■ What needs to be done
Return exactly the lines below, starting with the one that has "#39=EDGE_CURVE('',#32,#14,#38,.T.);" and going on through the one that has "#46=VERTEX_POINT('',#45);".

Segment Start: Source material

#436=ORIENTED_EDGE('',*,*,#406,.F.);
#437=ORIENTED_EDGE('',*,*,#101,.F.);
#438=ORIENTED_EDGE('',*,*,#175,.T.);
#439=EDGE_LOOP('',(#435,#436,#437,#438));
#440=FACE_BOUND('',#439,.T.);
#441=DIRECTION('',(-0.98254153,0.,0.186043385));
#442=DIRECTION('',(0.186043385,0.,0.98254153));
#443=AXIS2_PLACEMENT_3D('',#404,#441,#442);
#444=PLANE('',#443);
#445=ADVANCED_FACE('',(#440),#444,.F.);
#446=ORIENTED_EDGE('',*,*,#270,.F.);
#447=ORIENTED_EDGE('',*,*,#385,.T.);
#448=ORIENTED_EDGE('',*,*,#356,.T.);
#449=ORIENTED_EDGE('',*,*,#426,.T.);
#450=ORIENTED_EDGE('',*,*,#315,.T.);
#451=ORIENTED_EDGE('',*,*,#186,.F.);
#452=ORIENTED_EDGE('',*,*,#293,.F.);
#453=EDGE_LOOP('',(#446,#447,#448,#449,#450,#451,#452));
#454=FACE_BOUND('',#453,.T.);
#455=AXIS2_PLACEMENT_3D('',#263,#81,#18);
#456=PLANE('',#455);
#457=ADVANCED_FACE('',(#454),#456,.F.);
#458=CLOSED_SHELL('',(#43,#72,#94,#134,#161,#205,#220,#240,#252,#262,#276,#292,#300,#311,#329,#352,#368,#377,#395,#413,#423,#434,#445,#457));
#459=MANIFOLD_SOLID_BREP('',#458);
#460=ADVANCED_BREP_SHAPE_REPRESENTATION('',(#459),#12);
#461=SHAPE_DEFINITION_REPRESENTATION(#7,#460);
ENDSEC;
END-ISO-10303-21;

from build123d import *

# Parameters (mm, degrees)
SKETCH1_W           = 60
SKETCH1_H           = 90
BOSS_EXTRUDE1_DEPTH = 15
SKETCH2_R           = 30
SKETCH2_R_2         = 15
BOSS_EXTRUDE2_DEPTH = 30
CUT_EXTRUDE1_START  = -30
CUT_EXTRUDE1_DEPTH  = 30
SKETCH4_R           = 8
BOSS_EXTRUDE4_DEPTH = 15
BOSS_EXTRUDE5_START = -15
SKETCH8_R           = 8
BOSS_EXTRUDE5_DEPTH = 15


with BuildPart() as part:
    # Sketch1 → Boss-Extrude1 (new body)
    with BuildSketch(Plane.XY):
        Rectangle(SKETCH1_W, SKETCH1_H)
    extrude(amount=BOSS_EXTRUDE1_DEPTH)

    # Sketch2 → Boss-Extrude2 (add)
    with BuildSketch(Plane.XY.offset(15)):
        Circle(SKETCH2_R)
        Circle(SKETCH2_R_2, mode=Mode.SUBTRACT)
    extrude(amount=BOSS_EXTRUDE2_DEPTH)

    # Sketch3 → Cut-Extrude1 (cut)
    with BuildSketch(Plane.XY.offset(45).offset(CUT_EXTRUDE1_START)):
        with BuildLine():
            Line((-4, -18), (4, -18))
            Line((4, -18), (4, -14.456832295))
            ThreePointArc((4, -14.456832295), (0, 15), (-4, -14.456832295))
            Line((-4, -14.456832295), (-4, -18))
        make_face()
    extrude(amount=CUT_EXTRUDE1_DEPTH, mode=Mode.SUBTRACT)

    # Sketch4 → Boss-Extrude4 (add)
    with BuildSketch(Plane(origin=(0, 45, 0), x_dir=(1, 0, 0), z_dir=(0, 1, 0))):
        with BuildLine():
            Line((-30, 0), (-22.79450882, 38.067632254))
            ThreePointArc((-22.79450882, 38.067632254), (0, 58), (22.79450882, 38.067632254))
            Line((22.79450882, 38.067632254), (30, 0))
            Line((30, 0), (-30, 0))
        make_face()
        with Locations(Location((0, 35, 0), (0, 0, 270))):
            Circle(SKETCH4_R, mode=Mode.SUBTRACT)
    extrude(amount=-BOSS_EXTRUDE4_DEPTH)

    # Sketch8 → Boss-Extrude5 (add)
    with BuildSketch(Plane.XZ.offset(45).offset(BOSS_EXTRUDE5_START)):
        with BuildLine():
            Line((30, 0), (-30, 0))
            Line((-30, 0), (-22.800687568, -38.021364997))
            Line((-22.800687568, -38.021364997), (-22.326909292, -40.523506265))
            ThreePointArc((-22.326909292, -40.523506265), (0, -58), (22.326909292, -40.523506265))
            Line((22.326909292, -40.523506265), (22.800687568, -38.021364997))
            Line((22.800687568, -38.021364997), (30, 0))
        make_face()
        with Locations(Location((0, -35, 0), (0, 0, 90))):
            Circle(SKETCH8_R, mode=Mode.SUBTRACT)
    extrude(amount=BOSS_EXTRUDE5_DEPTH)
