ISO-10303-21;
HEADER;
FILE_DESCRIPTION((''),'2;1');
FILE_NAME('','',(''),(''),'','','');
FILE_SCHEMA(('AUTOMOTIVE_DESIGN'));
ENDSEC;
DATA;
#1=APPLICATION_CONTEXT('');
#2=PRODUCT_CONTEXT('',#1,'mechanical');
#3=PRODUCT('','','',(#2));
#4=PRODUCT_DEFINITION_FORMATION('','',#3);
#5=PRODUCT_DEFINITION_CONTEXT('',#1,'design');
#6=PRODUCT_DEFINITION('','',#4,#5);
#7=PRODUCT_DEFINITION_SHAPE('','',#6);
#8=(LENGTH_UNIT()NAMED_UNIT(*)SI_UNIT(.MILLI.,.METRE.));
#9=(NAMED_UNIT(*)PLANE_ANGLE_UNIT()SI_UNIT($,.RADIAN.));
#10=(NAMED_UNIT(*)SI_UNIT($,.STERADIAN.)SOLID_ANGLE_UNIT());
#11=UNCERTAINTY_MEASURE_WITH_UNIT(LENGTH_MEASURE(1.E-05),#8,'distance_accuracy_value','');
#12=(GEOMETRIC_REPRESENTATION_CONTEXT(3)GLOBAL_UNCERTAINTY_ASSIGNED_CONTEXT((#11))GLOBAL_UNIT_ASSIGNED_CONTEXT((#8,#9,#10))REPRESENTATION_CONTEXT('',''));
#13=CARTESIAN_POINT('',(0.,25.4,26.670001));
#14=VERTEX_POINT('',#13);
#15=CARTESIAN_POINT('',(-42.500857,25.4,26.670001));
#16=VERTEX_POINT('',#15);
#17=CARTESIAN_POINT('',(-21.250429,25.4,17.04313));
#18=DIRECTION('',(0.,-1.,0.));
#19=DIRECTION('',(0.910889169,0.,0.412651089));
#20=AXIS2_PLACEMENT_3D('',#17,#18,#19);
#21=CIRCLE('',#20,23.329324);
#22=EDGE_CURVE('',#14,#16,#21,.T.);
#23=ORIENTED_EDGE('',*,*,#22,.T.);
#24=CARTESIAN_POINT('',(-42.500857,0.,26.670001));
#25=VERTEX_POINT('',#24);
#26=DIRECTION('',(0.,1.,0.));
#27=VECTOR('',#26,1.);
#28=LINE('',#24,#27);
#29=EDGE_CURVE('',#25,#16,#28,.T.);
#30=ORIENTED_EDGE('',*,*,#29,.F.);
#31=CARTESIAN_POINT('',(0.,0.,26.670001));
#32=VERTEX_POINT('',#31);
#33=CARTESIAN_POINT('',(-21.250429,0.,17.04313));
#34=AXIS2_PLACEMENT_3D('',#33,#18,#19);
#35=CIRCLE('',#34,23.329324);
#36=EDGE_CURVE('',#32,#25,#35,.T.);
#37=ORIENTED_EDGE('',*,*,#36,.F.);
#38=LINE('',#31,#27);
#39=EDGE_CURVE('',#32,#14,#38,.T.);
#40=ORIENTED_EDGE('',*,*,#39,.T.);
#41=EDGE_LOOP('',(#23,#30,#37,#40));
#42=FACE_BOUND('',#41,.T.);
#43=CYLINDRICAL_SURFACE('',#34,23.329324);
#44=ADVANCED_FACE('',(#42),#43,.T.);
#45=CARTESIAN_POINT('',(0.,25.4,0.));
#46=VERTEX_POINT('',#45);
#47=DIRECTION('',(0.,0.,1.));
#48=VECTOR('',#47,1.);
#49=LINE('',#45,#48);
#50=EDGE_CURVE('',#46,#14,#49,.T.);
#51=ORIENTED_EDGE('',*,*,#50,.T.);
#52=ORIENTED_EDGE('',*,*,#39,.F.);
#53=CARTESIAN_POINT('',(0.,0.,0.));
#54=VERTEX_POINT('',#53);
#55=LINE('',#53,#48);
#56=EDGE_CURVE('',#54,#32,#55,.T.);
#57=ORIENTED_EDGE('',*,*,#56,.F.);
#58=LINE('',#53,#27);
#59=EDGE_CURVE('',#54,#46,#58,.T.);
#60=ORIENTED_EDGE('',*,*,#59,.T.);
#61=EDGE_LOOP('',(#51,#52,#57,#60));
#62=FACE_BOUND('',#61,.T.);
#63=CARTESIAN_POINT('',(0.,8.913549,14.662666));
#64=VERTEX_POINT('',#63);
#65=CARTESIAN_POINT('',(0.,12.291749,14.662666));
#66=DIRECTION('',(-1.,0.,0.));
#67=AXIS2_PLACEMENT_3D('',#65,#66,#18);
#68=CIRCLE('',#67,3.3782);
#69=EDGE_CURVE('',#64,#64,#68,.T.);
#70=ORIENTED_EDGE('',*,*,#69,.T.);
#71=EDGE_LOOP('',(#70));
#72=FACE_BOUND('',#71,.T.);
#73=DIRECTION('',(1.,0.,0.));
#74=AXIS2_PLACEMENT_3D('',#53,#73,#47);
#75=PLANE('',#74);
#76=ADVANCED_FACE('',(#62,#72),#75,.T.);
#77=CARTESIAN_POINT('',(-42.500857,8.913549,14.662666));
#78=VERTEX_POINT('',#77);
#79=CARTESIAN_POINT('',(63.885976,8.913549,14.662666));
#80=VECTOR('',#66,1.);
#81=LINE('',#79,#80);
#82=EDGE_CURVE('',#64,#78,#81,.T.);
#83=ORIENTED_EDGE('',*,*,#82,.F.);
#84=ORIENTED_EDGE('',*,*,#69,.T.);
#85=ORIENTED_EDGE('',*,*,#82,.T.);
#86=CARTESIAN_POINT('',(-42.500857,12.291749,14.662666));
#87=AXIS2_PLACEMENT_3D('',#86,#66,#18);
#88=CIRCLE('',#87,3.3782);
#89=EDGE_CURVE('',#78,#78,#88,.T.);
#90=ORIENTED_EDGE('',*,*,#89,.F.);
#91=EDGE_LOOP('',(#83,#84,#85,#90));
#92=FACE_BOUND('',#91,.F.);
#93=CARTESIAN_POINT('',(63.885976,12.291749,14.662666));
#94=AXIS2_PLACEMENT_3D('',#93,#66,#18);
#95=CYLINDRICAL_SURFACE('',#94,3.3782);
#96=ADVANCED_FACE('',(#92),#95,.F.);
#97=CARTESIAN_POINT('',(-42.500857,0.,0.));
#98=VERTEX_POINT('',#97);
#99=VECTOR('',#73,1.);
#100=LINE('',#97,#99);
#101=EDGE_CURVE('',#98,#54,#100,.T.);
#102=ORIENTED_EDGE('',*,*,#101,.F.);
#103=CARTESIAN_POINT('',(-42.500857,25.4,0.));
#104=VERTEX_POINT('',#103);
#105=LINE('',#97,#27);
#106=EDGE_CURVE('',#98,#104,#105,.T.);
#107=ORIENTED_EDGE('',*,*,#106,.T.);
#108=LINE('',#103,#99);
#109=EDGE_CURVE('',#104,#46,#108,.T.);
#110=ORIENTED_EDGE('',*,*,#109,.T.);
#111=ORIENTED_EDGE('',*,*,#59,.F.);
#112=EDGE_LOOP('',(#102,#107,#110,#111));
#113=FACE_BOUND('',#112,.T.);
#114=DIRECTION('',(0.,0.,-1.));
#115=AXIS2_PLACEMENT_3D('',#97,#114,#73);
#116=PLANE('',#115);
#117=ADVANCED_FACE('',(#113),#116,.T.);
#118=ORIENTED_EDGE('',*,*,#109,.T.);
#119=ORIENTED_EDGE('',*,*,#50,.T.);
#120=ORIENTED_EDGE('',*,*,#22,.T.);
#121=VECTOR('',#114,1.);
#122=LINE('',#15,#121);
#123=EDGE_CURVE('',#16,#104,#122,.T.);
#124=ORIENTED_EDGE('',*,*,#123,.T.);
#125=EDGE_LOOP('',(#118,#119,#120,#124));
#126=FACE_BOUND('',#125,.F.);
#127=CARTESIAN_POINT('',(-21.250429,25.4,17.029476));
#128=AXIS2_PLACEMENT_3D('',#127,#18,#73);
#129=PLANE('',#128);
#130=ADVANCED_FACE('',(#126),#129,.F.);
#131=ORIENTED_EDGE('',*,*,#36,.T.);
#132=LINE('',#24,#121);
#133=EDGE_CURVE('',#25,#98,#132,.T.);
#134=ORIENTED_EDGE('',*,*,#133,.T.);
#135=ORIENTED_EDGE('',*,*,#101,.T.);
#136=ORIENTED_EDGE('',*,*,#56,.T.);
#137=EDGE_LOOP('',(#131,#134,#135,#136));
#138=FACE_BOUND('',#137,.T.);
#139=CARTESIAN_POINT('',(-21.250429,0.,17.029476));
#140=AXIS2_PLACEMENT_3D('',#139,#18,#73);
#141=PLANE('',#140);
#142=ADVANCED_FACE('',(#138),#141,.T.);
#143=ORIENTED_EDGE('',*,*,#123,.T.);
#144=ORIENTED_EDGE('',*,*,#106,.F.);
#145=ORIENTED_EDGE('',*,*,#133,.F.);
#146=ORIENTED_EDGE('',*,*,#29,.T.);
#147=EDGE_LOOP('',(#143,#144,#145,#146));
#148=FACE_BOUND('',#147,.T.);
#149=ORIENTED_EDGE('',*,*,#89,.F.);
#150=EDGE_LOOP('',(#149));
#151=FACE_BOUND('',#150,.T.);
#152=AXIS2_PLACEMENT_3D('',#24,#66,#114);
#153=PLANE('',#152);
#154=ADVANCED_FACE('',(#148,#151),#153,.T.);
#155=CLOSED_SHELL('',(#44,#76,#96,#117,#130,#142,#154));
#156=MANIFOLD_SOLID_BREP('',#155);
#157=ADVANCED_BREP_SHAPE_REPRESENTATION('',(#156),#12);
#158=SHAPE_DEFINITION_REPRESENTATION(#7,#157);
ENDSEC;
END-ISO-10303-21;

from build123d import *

# Parameters (mm, degrees)
F1_DEPTH = 25.4
F3_D     = 6.7564


with BuildPart() as f1:
    # F0 (on Front) → F1 (new body)
    with BuildSketch(Plane.XZ):
        with BuildLine():
            Line((-42.5008572638, 0), (0, 0))
            Line((0, 0), (0, 26.6700014472))
            ThreePointArc((0, 26.6700014472), (-21.2504286319, 40.3724545475), (-42.5008572638, 26.6700014472))
            Line((-42.5008572638, 26.6700014472), (-42.5008572638, 0))
        make_face()
    extrude(amount=-F1_DEPTH)

    # F3 (through all)
    with Locations(Plane.YZ):
        with Locations((12.291749008, 14.6626662463)):
            Hole(F3_D / 2)


solid = f1.part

Segment End: Source material

■ Output for this exercise
#39=EDGE_CURVE('',#32,#14,#38,.T.);
#40=ORIENTED_EDGE('',*,*,#39,.T.);
#41=EDGE_LOOP('',(#23,#30,#37,#40));
#42=FACE_BOUND('',#41,.T.);
#43=CYLINDRICAL_SURFACE('',#34,23.329324);
#44=ADVANCED_FACE('',(#42),#43,.T.);
#45=CARTESIAN_POINT('',(0.,25.4,0.));
#46=VERTEX_POINT('',#45);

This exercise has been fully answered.